Fusion of Graph Neural Networks via Optimal Transport
Weronika Ormaniec, Michael Vollenweider, Elisa Hoskovec
TL;DR
This work addresses training-free fusion of graph neural networks by aligning layer-wise weights across models with Optimal Transport. The authors evaluate three transport-cost schemes—Euclidean Feature Distance (EFD), Quadratic Energy (QE), and Fused Gromov-Wasserstein (FGW)—using both EMD and Sinkhorn solvers, showing that OT fusion can beat vanilla averaging but may not reach ensemble performance. Key findings indicate that fusing GCNs is more challenging than fusing MLPs and that explicitly incorporating graph structure into the fusion cost does not improve results.

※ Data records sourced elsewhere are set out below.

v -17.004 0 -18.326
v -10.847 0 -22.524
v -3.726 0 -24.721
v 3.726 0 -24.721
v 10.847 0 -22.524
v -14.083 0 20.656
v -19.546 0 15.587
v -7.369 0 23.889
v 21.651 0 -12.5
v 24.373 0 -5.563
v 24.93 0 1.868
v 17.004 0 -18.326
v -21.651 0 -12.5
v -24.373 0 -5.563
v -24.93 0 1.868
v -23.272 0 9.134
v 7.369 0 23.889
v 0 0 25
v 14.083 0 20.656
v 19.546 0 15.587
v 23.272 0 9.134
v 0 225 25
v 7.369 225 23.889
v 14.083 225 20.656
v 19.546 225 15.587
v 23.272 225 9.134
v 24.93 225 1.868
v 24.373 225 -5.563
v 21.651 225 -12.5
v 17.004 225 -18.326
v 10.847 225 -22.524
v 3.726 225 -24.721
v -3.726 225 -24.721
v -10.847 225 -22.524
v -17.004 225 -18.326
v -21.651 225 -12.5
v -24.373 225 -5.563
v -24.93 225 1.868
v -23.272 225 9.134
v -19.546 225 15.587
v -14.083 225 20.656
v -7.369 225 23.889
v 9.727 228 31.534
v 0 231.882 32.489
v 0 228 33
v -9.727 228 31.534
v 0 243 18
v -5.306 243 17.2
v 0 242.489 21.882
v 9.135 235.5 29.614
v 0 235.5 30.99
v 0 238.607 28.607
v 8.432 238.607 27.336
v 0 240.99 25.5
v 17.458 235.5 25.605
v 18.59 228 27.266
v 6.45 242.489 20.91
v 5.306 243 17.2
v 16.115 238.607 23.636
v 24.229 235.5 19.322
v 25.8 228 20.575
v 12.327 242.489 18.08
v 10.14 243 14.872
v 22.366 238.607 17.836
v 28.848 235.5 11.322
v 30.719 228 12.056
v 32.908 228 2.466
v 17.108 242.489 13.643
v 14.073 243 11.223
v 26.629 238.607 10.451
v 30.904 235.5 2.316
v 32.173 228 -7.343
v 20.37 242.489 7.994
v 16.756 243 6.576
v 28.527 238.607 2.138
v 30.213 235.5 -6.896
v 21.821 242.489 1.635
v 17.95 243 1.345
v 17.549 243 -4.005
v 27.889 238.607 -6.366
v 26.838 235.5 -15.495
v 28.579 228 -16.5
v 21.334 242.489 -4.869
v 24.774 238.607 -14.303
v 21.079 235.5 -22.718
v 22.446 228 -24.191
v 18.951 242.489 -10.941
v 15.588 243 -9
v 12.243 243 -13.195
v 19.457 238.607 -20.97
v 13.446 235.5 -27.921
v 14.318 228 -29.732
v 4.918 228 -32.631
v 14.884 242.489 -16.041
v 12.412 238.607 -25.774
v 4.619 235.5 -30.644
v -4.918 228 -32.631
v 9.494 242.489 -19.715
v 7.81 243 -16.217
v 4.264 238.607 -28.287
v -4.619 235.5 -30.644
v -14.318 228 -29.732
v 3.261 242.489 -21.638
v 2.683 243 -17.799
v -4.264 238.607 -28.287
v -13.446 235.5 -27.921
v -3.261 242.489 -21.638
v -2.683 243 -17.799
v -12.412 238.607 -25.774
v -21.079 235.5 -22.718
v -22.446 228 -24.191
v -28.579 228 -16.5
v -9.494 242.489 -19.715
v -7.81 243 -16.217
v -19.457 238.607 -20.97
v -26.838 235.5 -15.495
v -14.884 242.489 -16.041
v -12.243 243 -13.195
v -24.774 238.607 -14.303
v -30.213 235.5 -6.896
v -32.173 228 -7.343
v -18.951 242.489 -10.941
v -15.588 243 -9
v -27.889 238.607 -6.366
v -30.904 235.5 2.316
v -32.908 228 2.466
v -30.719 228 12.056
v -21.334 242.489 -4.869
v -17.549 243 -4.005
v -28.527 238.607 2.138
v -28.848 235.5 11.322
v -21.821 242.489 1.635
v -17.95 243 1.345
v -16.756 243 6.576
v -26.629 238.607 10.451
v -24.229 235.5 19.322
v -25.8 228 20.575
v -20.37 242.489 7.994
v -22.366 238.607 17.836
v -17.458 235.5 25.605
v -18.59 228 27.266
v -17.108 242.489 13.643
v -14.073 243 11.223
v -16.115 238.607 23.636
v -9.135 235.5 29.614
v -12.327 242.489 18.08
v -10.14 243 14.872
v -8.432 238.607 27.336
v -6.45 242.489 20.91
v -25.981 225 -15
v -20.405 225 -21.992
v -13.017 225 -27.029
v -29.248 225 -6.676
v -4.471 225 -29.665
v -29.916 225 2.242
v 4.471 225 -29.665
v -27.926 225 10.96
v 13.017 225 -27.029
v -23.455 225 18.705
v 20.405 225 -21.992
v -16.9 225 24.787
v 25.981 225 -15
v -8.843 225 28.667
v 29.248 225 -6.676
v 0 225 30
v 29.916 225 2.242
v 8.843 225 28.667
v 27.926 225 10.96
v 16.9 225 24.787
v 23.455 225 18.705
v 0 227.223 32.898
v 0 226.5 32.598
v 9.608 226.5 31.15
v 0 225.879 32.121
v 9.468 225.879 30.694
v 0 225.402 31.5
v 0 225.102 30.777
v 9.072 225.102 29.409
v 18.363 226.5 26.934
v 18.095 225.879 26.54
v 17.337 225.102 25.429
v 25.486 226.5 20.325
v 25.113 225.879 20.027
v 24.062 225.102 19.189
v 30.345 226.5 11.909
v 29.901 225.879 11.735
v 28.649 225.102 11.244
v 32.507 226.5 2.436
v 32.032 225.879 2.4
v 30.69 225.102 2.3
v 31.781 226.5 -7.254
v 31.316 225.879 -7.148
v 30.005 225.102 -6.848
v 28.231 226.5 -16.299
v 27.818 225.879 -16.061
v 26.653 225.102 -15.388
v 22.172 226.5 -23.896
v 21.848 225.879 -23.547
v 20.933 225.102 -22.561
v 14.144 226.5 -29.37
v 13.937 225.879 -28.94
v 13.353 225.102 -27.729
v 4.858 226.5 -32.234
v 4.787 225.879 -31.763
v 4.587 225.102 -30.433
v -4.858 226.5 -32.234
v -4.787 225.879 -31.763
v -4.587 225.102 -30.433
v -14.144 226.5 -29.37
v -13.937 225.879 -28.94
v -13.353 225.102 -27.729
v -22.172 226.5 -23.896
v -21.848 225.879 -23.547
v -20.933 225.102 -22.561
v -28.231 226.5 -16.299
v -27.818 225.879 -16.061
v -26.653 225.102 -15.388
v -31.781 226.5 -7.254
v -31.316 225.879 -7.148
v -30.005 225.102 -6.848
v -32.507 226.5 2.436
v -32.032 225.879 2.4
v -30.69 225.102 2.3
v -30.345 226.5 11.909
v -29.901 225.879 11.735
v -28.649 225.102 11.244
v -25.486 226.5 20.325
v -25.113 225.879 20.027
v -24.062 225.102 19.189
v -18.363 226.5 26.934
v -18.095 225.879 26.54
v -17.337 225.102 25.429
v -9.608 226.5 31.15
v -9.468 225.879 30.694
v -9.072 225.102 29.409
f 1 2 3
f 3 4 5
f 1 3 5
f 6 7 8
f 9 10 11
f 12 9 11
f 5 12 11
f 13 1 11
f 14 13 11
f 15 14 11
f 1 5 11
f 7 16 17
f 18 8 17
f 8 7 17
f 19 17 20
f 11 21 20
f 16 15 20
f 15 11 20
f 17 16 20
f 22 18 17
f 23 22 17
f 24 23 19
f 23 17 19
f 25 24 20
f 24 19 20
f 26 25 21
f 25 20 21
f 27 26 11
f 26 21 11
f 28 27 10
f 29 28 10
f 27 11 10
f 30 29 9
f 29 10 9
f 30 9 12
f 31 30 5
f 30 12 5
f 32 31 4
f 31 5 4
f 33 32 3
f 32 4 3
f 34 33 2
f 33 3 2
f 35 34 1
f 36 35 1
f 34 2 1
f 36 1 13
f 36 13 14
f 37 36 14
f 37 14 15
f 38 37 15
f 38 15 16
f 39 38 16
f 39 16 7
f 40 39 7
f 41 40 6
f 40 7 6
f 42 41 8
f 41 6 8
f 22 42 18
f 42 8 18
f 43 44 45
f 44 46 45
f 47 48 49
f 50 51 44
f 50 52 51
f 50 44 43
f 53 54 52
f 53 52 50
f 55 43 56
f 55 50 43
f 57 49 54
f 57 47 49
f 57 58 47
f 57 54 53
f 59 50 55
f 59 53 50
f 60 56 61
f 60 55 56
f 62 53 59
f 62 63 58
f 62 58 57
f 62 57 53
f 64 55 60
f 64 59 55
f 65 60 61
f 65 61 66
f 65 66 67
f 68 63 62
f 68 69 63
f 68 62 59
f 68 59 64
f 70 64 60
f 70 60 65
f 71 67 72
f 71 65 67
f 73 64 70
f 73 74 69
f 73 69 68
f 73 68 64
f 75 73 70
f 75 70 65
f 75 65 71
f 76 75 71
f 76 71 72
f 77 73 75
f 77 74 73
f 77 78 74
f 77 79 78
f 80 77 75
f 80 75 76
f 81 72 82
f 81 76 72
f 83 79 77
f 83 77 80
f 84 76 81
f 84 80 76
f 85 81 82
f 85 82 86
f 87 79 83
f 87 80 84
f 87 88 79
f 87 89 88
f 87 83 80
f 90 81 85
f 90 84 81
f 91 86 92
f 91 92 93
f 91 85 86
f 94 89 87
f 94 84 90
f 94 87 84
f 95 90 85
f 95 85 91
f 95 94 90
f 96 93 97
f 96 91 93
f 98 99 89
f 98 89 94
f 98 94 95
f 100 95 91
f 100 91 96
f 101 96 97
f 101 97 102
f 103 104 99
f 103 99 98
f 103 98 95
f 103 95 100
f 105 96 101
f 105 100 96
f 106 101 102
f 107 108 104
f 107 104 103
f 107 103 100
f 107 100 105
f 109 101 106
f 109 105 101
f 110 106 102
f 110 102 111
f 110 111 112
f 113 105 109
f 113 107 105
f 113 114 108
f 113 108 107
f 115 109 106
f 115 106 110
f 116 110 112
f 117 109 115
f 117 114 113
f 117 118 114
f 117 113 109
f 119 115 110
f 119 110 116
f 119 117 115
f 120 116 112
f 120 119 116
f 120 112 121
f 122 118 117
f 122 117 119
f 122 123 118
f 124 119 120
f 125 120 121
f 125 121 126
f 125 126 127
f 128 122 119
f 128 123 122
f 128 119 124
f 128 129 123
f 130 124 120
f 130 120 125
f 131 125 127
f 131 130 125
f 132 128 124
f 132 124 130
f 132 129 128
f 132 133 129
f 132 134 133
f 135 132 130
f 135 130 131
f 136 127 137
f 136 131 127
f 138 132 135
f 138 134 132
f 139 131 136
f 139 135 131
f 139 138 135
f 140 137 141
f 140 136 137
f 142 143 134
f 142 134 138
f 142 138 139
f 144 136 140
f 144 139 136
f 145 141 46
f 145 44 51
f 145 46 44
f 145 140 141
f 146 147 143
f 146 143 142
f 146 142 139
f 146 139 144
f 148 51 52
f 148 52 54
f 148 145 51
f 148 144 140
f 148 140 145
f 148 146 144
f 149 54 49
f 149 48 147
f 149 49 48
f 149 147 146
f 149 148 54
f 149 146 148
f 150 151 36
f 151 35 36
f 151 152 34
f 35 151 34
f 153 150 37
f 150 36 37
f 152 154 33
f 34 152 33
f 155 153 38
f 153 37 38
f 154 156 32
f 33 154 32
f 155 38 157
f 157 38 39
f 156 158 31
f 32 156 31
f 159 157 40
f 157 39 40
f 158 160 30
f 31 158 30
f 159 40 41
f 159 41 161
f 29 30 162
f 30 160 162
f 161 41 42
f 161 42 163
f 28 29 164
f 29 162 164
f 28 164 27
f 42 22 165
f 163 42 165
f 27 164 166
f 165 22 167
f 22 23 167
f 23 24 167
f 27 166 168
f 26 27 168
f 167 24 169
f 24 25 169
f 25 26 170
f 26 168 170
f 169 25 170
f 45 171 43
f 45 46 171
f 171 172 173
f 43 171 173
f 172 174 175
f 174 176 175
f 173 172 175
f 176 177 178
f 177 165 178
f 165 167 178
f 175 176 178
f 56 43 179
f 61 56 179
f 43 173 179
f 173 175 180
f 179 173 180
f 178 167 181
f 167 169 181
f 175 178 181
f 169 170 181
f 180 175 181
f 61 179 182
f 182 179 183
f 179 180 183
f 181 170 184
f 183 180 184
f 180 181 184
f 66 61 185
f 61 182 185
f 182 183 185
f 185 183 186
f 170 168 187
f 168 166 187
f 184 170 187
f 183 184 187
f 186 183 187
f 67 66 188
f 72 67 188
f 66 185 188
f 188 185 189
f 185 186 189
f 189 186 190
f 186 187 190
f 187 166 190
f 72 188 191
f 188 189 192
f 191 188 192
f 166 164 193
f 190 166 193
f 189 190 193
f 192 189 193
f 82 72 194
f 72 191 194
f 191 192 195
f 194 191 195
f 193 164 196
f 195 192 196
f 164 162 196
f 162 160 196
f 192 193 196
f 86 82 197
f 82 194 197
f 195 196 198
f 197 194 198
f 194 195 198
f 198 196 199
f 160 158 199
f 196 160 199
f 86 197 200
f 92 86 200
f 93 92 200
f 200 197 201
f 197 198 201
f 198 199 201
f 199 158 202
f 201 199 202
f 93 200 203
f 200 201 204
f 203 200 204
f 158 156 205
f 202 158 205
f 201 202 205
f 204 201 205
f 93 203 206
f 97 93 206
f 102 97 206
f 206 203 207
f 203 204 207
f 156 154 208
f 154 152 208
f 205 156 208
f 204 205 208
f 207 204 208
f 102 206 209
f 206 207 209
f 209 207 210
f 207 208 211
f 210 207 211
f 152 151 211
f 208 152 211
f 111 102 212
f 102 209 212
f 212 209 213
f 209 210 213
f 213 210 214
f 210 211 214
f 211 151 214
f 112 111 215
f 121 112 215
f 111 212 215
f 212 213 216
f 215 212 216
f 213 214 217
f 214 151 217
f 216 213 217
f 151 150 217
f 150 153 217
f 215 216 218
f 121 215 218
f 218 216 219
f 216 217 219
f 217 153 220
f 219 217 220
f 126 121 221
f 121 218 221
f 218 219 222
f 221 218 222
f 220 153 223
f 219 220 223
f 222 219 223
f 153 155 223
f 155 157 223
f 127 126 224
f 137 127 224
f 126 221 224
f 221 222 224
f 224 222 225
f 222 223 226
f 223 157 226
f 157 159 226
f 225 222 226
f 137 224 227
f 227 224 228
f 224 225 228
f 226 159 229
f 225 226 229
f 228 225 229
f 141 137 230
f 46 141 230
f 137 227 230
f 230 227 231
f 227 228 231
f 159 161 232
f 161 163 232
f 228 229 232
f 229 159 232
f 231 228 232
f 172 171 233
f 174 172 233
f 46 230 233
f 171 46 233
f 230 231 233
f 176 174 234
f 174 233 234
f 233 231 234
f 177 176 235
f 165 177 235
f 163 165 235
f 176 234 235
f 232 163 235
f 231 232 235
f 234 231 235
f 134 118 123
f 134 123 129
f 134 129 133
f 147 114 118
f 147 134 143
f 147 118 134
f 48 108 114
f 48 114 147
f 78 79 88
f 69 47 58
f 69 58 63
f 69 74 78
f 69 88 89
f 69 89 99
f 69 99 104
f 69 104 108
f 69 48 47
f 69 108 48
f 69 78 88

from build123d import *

# Parameters (mm, degrees)
SZKIC1_R                    = 25
DODANIE_WYCI_GNI_CIE1_DEPTH = 225
SZKIC2_R                    = 33
DODANIE_WYCI_GNI_CIE2_DEPTH = 18
ZAOKR_GLENIE1_R             = 15
ZAOKR_GLENIE2_R             = 3


with BuildPart() as part:
    # Szkic1 → Dodanie-wyciągnięcie1 (new body)
    with BuildSketch(Plane(origin=(0, 0, 0), x_dir=(1, 0, 0), z_dir=(0, 1, 0))):
        with Locations(Location((0, 0, 0), (0, 0, 270))):
            Circle(SZKIC1_R)
    extrude(amount=DODANIE_WYCI_GNI_CIE1_DEPTH)

    # Szkic2 → Dodanie-wyciągnięcie2 (add)
    with BuildSketch(Plane(origin=(0, 225, 0), x_dir=(1, 0, 0), z_dir=(0, 1, 0))):
        with Locations(Location((0, 0, 0), (0, 0, 270))):
            Circle(SZKIC2_R)
    extrude(amount=DODANIE_WYCI_GNI_CIE2_DEPTH)

    # Zaokrąglenie1
    zaokr_glenie1_edges = [part.edges().sort_by_distance(p)[0] for p in [
        (0, 243, -33),
    ]]
    fillet(zaokr_glenie1_edges, radius=ZAOKR_GLENIE1_R)

    # Zaokrąglenie2
    zaokr_glenie2_edges = [part.edges().sort_by_distance(p)[0] for p in [
        (0, 225, -33),
    ]]
    fillet(zaokr_glenie2_edges, radius=ZAOKR_GLENIE2_R - 0.0001)  # a hair under: the kernel refuses the full size


solid = part.part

The paper provides public code, discusses limitations (notably with FGW efficiency and dataset scope), and suggests directions for scaling to more datasets, more models, and potential one-shot skill transfer. The work advances training-free model fusion in graph domains and clarifies practical constraints for OT-based fusion methods.
Abstract
In this paper, we explore the idea of combining GCNs into one model. To that end, we align the weights of different models layer-wise using optimal transport (OT). We present and evaluate three types of transportation costs and show that the studied fusion method consistently outperforms the performance of vanilla averaging. Finally, we present results suggesting that model fusion using OT is harder in the case of GCNs than MLPs and that incorporating the graph structure into the process does not improve the performance of the method.